— What is expected —
Output the entries below exactly, from the first line to the line holding "The same part", both included.

Stored data
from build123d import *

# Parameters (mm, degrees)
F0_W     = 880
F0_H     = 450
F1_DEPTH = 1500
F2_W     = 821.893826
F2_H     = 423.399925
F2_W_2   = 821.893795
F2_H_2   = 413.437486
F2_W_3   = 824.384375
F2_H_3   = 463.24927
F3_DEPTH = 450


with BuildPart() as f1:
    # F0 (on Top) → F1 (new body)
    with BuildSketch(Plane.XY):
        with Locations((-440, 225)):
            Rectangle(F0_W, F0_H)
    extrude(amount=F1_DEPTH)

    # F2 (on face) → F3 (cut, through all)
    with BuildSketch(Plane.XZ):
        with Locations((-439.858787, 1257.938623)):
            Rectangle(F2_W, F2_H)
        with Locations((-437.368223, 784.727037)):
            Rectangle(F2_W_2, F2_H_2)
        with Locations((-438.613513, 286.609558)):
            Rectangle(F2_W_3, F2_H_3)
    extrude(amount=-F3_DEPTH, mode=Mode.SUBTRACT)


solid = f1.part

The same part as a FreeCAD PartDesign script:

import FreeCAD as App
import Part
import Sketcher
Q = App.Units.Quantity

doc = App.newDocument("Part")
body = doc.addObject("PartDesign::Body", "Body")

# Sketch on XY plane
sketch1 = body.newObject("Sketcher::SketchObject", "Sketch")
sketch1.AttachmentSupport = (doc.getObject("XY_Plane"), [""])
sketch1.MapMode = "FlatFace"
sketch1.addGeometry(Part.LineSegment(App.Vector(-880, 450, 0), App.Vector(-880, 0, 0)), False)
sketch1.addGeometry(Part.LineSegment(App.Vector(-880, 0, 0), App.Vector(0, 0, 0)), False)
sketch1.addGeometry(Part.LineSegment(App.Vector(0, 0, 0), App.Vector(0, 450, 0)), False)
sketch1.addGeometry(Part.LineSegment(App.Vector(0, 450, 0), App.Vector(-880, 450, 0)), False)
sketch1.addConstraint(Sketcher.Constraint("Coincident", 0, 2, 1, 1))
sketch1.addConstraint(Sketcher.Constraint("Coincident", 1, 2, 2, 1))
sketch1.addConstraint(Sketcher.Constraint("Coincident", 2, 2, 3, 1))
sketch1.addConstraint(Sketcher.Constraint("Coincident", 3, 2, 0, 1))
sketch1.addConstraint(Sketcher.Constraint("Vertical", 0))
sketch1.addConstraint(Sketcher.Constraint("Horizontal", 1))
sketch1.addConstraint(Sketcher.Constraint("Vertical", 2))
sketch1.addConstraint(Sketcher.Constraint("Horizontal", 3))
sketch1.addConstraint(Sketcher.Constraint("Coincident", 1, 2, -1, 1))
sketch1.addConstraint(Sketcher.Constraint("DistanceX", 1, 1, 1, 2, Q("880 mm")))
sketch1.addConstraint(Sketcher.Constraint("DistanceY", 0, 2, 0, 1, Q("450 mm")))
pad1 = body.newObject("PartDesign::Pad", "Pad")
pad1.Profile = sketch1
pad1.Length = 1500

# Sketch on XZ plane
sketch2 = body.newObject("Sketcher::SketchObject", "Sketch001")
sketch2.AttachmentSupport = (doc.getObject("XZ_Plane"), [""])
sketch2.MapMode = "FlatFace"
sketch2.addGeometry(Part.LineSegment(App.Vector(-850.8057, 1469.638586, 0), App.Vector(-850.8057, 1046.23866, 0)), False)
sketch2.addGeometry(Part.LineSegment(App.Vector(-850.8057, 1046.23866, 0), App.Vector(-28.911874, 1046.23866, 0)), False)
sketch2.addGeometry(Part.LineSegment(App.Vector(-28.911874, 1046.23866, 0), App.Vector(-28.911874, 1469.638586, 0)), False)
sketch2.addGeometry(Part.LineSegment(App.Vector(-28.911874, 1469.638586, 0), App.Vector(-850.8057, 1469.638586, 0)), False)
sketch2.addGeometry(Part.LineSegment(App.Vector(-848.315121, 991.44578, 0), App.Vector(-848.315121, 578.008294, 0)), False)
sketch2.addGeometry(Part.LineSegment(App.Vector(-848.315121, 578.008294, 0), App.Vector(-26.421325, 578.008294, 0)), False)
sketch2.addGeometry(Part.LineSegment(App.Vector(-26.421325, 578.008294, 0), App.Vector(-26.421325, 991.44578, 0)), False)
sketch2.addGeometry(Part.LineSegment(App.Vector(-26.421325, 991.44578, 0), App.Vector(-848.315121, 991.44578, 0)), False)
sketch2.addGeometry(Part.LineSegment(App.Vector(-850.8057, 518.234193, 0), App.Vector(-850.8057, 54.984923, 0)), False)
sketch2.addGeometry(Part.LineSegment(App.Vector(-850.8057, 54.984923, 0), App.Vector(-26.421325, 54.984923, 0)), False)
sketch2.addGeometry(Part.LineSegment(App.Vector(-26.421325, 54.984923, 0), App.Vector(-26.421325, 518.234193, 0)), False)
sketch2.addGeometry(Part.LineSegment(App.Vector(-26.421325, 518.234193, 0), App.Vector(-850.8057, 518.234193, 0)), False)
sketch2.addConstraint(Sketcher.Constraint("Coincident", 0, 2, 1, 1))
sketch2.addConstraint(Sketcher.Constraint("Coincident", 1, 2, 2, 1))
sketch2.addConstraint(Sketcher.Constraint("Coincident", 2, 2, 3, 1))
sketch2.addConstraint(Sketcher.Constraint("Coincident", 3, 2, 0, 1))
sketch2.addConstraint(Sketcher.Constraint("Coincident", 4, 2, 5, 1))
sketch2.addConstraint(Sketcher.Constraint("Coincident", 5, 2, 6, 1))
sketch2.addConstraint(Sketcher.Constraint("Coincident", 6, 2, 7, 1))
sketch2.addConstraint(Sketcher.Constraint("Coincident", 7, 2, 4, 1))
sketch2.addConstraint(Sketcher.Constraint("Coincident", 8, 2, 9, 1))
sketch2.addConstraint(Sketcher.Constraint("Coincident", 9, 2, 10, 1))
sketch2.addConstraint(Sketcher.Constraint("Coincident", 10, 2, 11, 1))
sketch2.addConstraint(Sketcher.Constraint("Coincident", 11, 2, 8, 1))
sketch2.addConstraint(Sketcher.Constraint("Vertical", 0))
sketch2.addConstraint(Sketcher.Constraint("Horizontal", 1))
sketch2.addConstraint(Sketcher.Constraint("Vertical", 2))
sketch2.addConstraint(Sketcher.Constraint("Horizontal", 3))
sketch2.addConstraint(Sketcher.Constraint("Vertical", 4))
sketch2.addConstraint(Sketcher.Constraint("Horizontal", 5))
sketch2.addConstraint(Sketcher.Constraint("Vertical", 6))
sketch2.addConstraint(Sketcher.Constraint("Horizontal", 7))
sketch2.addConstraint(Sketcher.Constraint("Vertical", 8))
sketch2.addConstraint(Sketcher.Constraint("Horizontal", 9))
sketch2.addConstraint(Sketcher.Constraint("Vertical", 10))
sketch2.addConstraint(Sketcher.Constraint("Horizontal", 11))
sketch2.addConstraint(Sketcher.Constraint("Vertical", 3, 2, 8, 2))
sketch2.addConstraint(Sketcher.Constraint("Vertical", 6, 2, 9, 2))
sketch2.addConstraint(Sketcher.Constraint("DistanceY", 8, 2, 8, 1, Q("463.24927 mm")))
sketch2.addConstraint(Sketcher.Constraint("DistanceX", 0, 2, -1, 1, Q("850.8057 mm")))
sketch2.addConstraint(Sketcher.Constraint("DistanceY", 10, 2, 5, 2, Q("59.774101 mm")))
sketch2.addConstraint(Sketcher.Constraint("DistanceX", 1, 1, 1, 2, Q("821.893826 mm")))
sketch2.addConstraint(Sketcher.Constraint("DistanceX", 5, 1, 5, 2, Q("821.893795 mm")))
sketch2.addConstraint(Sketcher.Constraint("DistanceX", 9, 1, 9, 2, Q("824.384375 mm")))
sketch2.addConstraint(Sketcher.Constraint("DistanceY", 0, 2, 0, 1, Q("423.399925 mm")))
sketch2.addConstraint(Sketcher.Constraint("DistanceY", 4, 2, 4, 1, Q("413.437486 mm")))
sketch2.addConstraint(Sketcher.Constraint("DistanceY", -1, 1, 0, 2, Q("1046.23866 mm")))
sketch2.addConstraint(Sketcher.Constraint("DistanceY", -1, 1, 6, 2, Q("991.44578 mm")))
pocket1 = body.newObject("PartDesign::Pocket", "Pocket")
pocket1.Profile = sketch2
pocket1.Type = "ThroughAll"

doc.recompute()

— Finished task —
from build123d import *

# Parameters (mm, degrees)
F0_W     = 880
F0_H     = 450
F1_DEPTH = 1500
F2_W     = 821.893826
F2_H     = 423.399925
F2_W_2   = 821.893795
F2_H_2   = 413.437486
F2_W_3   = 824.384375
F2_H_3   = 463.24927
F3_DEPTH = 450


with BuildPart() as f1:
    # F0 (on Top) → F1 (new body)
    with BuildSketch(Plane.XY):
        with Locations((-440, 225)):
            Rectangle(F0_W, F0_H)
    extrude(amount=F1_DEPTH)

    # F2 (on face) → F3 (cut, through all)
    with BuildSketch(Plane.XZ):
        with Locations((-439.858787, 1257.938623)):
            Rectangle(F2_W, F2_H)
        with Locations((-437.368223, 784.727037)):
            Rectangle(F2_W_2, F2_H_2)
        with Locations((-438.613513, 286.609558)):
            Rectangle(F2_W_3, F2_H_3)
    extrude(amount=-F3_DEPTH, mode=Mode.SUBTRACT)


solid = f1.part

The same part as a FreeCAD PartDesign script:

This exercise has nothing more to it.